*Exercise prompt*.
Every line below from the one containing "#14=VERTEX_POINT('',#13);" through the one containing "#32=VERTEX_POINT('',#31);" must be transcribed exactly. Omit all lines outside that stretch.

*Dataset records*.
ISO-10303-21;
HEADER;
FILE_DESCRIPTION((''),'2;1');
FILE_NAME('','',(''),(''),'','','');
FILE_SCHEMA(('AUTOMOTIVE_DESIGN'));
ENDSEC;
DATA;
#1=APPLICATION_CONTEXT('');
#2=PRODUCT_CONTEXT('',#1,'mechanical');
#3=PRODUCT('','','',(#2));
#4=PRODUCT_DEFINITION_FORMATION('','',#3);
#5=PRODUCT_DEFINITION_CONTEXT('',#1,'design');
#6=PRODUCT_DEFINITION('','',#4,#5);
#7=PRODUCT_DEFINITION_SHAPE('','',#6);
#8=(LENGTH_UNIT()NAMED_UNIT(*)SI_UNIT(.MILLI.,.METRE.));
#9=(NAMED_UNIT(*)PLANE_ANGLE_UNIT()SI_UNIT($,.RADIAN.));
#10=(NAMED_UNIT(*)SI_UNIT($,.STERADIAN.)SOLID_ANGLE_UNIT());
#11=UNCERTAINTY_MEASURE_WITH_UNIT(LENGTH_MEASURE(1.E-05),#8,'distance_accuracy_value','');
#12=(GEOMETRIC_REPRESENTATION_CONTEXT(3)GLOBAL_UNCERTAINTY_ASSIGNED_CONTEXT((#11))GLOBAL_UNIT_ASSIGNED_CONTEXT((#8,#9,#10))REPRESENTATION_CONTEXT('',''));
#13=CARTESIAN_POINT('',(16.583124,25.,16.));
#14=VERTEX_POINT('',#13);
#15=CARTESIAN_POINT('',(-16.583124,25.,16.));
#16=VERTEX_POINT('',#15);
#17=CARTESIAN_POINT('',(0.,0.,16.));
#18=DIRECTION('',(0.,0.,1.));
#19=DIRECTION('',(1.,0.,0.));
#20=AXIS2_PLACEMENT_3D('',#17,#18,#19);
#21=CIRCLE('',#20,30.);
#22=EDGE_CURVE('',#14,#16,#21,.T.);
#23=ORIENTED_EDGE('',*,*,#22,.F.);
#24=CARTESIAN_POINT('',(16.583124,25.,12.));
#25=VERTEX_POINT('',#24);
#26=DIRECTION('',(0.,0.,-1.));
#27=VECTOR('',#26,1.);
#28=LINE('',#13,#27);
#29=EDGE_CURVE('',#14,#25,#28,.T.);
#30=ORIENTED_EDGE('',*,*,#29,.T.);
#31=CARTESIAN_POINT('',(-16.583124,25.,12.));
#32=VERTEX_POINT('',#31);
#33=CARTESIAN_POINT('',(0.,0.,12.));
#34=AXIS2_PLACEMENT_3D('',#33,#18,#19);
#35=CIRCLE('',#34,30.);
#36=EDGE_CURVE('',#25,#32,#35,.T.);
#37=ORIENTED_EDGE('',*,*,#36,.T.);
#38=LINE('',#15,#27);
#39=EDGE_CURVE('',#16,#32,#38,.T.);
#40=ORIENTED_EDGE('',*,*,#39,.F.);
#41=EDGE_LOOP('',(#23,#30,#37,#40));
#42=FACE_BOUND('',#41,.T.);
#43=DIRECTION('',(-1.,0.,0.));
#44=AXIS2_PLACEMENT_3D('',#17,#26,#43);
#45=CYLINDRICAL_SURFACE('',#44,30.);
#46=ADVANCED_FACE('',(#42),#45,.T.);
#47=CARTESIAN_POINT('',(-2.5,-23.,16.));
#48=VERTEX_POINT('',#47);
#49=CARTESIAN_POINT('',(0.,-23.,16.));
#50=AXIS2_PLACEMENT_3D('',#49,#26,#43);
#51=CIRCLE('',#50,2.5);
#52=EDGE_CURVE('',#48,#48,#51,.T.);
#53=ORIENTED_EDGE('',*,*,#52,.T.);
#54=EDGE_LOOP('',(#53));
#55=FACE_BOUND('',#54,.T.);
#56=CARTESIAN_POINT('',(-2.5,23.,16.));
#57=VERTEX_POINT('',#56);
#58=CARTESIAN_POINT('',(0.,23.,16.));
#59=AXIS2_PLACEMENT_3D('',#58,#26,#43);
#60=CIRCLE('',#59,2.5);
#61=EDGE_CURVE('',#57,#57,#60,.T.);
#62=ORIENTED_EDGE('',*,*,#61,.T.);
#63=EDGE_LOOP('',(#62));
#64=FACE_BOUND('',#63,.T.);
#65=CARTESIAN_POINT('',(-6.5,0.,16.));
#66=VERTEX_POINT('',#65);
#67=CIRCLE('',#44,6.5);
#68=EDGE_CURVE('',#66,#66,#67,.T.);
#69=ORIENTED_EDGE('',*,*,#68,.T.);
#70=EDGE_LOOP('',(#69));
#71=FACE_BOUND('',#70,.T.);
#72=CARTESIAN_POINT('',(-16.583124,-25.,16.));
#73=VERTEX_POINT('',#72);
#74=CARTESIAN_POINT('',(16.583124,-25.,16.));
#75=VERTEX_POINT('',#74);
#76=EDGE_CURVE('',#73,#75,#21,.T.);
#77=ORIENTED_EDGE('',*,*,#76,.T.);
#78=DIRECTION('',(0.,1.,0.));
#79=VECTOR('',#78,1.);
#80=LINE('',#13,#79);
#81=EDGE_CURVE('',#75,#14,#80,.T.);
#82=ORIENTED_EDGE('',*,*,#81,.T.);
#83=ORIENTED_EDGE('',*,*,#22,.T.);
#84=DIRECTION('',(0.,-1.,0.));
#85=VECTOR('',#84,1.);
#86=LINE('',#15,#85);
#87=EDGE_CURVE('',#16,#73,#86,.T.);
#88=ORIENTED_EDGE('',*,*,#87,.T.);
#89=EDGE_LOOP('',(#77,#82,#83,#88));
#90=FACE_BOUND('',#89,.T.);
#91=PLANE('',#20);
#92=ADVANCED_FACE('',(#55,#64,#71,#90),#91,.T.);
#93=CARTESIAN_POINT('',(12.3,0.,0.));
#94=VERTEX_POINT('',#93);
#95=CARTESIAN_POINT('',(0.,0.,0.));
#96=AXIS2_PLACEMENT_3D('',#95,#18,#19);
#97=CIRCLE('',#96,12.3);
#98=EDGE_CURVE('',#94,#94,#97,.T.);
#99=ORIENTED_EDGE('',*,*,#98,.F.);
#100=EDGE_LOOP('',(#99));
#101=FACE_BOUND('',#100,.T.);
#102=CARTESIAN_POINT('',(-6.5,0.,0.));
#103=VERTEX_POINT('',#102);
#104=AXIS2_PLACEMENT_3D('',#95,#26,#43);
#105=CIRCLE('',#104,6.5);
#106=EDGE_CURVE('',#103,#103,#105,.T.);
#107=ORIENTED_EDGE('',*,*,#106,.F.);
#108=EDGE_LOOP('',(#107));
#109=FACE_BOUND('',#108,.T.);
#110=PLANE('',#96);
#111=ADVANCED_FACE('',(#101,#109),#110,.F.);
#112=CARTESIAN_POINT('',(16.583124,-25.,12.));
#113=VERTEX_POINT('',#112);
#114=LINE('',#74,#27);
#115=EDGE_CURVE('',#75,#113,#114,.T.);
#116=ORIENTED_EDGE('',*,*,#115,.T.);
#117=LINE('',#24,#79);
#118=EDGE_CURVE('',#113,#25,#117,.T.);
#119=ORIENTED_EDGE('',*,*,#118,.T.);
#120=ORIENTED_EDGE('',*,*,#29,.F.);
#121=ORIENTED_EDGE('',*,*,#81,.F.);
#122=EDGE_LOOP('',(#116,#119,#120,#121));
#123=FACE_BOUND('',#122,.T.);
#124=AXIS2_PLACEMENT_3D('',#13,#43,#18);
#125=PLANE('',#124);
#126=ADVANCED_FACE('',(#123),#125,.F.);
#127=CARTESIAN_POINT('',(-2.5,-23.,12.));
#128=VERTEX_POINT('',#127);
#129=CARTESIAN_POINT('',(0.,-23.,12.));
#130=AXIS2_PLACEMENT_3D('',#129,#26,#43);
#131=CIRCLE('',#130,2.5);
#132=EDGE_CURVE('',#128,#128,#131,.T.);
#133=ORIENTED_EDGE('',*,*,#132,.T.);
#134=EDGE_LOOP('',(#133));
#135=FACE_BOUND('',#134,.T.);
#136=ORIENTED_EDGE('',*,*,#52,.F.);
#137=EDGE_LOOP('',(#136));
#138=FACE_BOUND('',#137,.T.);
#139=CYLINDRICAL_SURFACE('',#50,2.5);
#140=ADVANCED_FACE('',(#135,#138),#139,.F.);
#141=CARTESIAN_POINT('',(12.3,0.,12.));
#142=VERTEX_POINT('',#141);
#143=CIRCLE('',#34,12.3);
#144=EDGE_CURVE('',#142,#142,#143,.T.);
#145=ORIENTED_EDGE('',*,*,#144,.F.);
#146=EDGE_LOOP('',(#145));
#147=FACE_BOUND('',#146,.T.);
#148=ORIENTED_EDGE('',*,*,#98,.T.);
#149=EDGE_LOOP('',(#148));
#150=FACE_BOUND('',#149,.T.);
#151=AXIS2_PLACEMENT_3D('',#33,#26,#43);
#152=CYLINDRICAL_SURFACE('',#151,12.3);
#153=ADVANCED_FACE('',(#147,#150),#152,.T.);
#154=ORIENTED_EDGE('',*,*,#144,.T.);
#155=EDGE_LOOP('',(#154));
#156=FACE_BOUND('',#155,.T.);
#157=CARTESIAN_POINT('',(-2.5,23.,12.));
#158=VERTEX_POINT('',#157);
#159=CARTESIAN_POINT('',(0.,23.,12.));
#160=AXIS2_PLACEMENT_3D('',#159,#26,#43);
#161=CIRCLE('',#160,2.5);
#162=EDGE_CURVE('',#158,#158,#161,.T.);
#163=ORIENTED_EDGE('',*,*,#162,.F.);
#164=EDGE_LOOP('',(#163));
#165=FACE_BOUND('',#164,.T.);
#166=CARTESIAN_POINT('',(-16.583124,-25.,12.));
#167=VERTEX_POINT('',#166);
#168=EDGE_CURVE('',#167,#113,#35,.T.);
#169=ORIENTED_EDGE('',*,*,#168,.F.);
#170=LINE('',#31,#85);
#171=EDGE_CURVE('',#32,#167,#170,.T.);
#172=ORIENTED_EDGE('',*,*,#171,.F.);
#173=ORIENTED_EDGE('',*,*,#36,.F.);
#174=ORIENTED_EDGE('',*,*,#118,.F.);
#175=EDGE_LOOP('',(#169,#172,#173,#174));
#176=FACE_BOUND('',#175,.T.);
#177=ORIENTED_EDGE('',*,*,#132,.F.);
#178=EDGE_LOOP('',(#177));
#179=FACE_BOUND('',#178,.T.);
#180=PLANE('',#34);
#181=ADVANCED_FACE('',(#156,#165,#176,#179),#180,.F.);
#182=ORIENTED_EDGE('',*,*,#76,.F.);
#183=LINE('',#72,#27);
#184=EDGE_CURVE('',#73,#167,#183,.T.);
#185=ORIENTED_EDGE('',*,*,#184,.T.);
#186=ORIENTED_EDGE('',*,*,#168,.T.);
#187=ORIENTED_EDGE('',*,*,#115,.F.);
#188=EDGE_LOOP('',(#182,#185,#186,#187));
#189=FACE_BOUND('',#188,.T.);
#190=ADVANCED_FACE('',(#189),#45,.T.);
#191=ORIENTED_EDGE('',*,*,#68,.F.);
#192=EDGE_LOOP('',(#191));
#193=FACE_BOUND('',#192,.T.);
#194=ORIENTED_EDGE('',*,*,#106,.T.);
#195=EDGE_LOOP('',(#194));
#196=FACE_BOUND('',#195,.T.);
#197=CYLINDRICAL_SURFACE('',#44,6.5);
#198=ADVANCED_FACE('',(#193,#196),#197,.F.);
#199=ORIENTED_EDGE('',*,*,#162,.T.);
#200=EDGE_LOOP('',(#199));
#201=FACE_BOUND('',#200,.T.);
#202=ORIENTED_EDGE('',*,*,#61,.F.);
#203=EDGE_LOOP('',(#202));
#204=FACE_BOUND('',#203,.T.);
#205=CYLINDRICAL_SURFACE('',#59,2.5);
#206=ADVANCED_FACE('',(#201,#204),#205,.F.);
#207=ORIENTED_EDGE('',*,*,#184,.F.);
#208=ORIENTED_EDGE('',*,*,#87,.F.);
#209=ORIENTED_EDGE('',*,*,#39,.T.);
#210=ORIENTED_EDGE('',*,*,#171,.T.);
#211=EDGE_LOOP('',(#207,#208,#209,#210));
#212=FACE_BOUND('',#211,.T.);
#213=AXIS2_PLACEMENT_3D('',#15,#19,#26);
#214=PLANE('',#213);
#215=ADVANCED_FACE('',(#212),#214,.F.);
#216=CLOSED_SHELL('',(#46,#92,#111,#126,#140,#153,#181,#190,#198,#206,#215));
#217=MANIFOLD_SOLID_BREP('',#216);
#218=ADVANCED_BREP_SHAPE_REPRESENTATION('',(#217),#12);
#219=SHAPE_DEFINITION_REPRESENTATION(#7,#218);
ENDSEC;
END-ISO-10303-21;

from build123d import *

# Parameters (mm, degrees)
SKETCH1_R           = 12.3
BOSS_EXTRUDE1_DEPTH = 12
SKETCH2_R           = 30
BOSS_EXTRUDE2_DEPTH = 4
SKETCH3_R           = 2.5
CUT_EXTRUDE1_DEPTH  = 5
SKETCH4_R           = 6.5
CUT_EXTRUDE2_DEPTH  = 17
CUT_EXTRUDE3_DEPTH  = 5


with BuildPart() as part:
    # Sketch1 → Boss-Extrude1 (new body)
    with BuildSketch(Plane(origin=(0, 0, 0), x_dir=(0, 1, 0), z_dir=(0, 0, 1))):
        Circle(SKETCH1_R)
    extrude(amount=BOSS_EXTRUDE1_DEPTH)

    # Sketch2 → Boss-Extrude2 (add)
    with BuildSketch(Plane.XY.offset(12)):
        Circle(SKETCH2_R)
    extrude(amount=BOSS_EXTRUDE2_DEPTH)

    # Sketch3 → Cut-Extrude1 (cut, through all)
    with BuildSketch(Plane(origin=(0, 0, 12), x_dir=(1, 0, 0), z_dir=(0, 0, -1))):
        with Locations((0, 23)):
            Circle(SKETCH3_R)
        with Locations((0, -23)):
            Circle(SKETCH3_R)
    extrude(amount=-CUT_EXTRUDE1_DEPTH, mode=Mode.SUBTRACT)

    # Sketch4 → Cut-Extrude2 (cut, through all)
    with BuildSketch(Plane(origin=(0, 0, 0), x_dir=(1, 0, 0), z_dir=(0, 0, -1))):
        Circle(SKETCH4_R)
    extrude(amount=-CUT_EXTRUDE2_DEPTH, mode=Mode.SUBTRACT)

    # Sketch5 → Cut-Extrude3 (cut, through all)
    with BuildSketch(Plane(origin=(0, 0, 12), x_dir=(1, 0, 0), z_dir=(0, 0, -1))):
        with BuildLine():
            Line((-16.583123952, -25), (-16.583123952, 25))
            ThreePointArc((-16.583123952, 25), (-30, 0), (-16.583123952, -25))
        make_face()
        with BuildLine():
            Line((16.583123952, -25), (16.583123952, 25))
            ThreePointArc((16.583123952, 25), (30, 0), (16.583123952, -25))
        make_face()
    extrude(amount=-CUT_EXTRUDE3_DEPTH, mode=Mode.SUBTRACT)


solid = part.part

*Your response*.
#14=VERTEX_POINT('',#13);
#15=CARTESIAN_POINT('',(-16.583124,25.,16.));
#16=VERTEX_POINT('',#15);
#17=CARTESIAN_POINT('',(0.,0.,16.));
#18=DIRECTION('',(0.,0.,1.));
#19=DIRECTION('',(1.,0.,0.));
#20=AXIS2_PLACEMENT_3D('',#17,#18,#19);
#21=CIRCLE('',#20,30.);
#22=EDGE_CURVE('',#14,#16,#21,.T.);
#23=ORIENTED_EDGE('',*,*,#22,.F.);
#24=CARTESIAN_POINT('',(16.583124,25.,12.));
#25=VERTEX_POINT('',#24);
#26=DIRECTION('',(0.,0.,-1.));
#27=VECTOR('',#26,1.);
#28=LINE('',#13,#27);
#29=EDGE_CURVE('',#14,#25,#28,.T.);
#30=ORIENTED_EDGE('',*,*,#29,.T.);
#31=CARTESIAN_POINT('',(-16.583124,25.,12.));
#32=VERTEX_POINT('',#31);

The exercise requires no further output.